## Problem
Can you quote, word for word, every line from the first line of the records below through the line containing "#61=ORIENTED_EDGE('',*,*,#60,.T.);", and nothing else?

## Records to process

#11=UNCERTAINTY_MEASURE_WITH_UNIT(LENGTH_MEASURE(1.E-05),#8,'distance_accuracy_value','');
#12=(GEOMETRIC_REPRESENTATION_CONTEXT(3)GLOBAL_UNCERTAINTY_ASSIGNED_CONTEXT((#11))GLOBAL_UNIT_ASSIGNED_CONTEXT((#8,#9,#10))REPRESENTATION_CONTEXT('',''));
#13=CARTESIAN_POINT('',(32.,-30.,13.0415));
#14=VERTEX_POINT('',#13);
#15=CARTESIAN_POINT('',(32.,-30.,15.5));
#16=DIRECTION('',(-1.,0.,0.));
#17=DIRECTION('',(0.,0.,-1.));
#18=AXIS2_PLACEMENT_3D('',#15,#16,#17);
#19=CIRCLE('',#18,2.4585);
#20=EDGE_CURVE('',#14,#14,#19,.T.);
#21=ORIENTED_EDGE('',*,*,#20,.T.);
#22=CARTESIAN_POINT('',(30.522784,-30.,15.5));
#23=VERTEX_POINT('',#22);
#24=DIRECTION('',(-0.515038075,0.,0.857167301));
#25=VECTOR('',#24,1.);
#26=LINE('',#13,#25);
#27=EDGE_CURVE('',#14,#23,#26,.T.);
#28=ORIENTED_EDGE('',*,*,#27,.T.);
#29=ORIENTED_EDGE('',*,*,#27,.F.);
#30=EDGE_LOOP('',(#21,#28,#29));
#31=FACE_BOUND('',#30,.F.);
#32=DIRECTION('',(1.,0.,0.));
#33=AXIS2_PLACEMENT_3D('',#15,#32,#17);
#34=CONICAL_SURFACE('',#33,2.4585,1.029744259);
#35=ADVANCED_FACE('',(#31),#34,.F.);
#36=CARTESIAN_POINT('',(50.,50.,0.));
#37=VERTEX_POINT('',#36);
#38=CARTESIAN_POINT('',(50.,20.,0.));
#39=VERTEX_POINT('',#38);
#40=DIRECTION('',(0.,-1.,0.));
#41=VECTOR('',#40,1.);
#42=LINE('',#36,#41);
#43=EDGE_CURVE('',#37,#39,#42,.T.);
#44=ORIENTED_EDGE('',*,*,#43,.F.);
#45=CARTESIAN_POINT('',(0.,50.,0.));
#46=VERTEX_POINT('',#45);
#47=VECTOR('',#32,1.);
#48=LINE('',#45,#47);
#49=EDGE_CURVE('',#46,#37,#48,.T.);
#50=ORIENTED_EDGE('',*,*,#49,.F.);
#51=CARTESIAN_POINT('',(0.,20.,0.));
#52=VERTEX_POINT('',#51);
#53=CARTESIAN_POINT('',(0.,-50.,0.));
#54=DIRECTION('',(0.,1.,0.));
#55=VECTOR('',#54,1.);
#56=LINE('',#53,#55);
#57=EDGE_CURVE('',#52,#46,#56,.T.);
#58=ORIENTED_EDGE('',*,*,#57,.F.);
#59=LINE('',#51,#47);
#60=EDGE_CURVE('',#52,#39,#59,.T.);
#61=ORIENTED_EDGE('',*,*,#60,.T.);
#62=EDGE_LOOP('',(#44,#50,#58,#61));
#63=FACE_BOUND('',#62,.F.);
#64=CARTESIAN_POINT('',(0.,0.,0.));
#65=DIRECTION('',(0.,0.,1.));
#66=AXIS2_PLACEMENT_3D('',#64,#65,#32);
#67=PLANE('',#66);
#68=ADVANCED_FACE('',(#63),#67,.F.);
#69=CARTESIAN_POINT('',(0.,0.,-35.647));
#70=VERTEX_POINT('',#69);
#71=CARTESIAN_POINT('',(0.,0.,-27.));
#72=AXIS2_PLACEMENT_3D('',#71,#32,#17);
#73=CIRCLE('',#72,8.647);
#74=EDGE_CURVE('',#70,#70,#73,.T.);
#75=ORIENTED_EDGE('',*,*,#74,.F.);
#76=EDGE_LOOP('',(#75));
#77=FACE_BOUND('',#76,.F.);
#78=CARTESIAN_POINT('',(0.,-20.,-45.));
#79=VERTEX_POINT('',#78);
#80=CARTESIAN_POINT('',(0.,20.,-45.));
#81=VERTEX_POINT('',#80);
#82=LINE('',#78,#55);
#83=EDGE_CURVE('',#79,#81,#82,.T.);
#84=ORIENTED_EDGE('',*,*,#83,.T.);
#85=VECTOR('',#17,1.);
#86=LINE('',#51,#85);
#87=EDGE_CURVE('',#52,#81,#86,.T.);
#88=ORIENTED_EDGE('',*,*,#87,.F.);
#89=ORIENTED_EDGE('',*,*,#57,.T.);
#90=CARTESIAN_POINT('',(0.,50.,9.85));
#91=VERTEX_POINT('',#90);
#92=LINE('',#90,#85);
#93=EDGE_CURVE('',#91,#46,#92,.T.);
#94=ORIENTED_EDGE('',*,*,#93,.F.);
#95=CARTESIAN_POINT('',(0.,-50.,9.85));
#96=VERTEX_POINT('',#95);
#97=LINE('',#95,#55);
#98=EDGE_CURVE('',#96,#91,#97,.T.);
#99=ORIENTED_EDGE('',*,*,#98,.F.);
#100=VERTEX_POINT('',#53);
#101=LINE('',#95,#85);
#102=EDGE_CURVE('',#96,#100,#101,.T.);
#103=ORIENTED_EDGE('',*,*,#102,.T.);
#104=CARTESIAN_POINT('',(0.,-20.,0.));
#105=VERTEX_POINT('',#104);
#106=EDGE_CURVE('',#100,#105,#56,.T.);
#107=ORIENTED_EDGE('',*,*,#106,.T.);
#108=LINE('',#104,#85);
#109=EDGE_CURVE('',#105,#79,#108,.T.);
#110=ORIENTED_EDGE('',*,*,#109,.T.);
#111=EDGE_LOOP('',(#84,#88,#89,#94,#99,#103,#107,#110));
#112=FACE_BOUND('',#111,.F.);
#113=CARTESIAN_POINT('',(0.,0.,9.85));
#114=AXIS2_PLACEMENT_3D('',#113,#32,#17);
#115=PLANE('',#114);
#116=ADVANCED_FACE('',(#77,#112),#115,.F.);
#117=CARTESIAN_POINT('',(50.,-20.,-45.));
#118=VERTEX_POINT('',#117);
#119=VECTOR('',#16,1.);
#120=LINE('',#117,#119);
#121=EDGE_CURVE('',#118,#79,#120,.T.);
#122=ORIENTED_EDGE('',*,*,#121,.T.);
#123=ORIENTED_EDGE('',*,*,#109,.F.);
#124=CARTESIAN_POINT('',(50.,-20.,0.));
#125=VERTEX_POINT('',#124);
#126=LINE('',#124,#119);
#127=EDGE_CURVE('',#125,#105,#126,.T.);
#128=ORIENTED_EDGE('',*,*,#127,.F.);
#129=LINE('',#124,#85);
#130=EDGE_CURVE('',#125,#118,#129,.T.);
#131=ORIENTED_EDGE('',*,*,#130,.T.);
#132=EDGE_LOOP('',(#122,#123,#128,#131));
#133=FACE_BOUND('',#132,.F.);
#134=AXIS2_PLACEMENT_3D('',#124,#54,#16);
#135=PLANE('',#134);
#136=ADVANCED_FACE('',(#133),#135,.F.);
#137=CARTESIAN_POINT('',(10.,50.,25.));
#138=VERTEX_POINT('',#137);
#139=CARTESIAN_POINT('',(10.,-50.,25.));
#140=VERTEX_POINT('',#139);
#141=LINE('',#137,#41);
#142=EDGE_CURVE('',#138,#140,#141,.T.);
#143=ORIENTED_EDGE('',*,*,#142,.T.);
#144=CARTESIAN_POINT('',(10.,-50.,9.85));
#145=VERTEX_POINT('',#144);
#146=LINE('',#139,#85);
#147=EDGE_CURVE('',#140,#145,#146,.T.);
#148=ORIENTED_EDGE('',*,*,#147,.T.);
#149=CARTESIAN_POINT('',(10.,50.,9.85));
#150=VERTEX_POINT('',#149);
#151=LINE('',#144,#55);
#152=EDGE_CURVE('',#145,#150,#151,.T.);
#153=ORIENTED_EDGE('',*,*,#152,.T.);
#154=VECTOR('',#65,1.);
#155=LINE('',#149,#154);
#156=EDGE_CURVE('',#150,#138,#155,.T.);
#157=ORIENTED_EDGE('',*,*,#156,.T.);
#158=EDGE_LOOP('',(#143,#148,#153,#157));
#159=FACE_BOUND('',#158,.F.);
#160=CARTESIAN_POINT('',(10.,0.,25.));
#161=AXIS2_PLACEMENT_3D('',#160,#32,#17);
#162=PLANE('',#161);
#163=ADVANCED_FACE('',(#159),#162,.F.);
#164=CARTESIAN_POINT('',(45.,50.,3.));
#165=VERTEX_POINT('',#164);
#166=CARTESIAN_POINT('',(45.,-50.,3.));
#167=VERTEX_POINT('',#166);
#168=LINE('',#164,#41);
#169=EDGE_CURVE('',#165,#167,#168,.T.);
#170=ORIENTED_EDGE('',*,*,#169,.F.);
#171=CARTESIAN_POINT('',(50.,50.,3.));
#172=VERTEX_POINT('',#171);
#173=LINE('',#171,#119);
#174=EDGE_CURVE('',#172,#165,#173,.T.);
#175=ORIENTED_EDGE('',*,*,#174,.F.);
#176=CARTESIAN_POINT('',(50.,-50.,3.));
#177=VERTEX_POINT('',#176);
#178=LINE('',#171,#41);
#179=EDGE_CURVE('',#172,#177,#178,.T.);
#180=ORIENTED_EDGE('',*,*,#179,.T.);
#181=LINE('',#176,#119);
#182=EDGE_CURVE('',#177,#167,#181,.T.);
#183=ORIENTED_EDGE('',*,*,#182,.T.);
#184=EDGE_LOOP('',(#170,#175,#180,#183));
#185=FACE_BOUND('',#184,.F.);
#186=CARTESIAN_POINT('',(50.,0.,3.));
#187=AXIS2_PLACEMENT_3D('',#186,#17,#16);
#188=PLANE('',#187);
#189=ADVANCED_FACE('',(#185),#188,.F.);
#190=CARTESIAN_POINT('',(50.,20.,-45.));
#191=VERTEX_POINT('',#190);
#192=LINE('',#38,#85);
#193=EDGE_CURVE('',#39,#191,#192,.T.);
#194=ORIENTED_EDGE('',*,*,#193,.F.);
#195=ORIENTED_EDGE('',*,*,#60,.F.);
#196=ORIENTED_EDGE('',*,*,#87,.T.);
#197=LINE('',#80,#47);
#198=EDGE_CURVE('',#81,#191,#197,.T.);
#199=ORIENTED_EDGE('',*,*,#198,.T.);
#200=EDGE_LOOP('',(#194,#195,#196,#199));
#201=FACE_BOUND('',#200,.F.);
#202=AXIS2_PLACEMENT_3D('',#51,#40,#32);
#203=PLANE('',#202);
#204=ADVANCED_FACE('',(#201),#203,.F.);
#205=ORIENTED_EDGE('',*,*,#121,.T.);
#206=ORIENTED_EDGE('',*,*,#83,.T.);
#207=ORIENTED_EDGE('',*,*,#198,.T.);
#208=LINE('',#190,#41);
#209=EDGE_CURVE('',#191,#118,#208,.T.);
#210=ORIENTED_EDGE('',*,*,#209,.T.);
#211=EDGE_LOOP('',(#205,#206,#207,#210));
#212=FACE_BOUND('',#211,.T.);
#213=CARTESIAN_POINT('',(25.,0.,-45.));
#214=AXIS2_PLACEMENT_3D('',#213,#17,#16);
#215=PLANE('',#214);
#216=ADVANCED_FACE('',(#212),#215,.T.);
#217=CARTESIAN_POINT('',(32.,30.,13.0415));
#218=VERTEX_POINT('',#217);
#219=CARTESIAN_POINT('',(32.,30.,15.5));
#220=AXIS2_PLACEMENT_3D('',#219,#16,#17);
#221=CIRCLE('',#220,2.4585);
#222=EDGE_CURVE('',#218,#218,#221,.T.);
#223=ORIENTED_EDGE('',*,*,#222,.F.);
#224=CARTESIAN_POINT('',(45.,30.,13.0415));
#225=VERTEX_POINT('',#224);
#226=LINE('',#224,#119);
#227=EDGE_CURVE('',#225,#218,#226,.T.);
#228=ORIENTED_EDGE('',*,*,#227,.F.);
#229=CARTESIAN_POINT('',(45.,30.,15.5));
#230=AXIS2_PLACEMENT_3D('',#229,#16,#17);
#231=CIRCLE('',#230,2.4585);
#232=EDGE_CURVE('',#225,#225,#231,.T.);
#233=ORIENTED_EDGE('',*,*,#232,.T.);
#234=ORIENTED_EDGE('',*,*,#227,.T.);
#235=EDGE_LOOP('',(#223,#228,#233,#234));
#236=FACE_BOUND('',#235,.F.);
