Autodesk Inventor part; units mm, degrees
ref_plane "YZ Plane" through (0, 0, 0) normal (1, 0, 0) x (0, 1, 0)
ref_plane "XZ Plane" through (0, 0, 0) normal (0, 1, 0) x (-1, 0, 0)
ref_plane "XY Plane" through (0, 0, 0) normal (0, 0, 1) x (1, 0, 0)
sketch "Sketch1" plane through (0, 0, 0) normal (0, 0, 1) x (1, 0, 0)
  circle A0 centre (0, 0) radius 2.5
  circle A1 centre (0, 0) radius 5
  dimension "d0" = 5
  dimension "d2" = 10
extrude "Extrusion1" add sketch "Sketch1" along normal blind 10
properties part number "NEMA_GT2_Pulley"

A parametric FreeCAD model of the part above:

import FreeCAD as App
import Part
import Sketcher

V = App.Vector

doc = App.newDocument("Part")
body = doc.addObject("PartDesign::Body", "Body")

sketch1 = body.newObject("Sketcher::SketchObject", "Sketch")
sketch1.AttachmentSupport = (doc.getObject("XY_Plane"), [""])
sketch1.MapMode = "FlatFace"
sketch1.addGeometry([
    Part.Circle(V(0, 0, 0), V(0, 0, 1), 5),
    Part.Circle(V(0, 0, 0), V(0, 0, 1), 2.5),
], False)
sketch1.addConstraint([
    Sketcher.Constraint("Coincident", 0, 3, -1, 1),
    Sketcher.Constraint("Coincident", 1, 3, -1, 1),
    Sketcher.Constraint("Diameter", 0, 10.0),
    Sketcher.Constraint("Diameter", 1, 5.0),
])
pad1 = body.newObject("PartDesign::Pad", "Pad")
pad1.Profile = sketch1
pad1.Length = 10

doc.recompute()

## Response below
#11=UNCERTAINTY_MEASURE_WITH_UNIT(LENGTH_MEASURE(1.E-05),#8,'distance_accuracy_value','');
#12=(GEOMETRIC_REPRESENTATION_CONTEXT(3)GLOBAL_UNCERTAINTY_ASSIGNED_CONTEXT((#11))GLOBAL_UNIT_ASSIGNED_CONTEXT((#8,#9,#10))REPRESENTATION_CONTEXT('',''));
#13=CARTESIAN_POINT('',(32.,-30.,13.0415));
#14=VERTEX_POINT('',#13);
#15=CARTESIAN_POINT('',(32.,-30.,15.5));
#16=DIRECTION('',(-1.,0.,0.));
#17=DIRECTION('',(0.,0.,-1.));
#18=AXIS2_PLACEMENT_3D('',#15,#16,#17);
#19=CIRCLE('',#18,2.4585);
#20=EDGE_CURVE('',#14,#14,#19,.T.);
#21=ORIENTED_EDGE('',*,*,#20,.T.);
#22=CARTESIAN_POINT('',(30.522784,-30.,15.5));
#23=VERTEX_POINT('',#22);
#24=DIRECTION('',(-0.515038075,0.,0.857167301));
#25=VECTOR('',#24,1.);
#26=LINE('',#13,#25);
#27=EDGE_CURVE('',#14,#23,#26,.T.);
#28=ORIENTED_EDGE('',*,*,#27,.T.);
#29=ORIENTED_EDGE('',*,*,#27,.F.);
#30=EDGE_LOOP('',(#21,#28,#29));
#31=FACE_BOUND('',#30,.F.);
#32=DIRECTION('',(1.,0.,0.));
#33=AXIS2_PLACEMENT_3D('',#15,#32,#17);
#34=CONICAL_SURFACE('',#33,2.4585,1.029744259);
#35=ADVANCED_FACE('',(#31),#34,.F.);
#36=CARTESIAN_POINT('',(50.,50.,0.));
#37=VERTEX_POINT('',#36);
#38=CARTESIAN_POINT('',(50.,20.,0.));
#39=VERTEX_POINT('',#38);
#40=DIRECTION('',(0.,-1.,0.));
#41=VECTOR('',#40,1.);
#42=LINE('',#36,#41);
#43=EDGE_CURVE('',#37,#39,#42,.T.);
#44=ORIENTED_EDGE('',*,*,#43,.F.);
#45=CARTESIAN_POINT('',(0.,50.,0.));
#46=VERTEX_POINT('',#45);
#47=VECTOR('',#32,1.);
#48=LINE('',#45,#47);
#49=EDGE_CURVE('',#46,#37,#48,.T.);
#50=ORIENTED_EDGE('',*,*,#49,.F.);
#51=CARTESIAN_POINT('',(0.,20.,0.));
#52=VERTEX_POINT('',#51);
#53=CARTESIAN_POINT('',(0.,-50.,0.));
#54=DIRECTION('',(0.,1.,0.));
#55=VECTOR('',#54,1.);
#56=LINE('',#53,#55);
#57=EDGE_CURVE('',#52,#46,#56,.T.);
#58=ORIENTED_EDGE('',*,*,#57,.F.);
#59=LINE('',#51,#47);
#60=EDGE_CURVE('',#52,#39,#59,.T.);
#61=ORIENTED_EDGE('',*,*,#60,.T.);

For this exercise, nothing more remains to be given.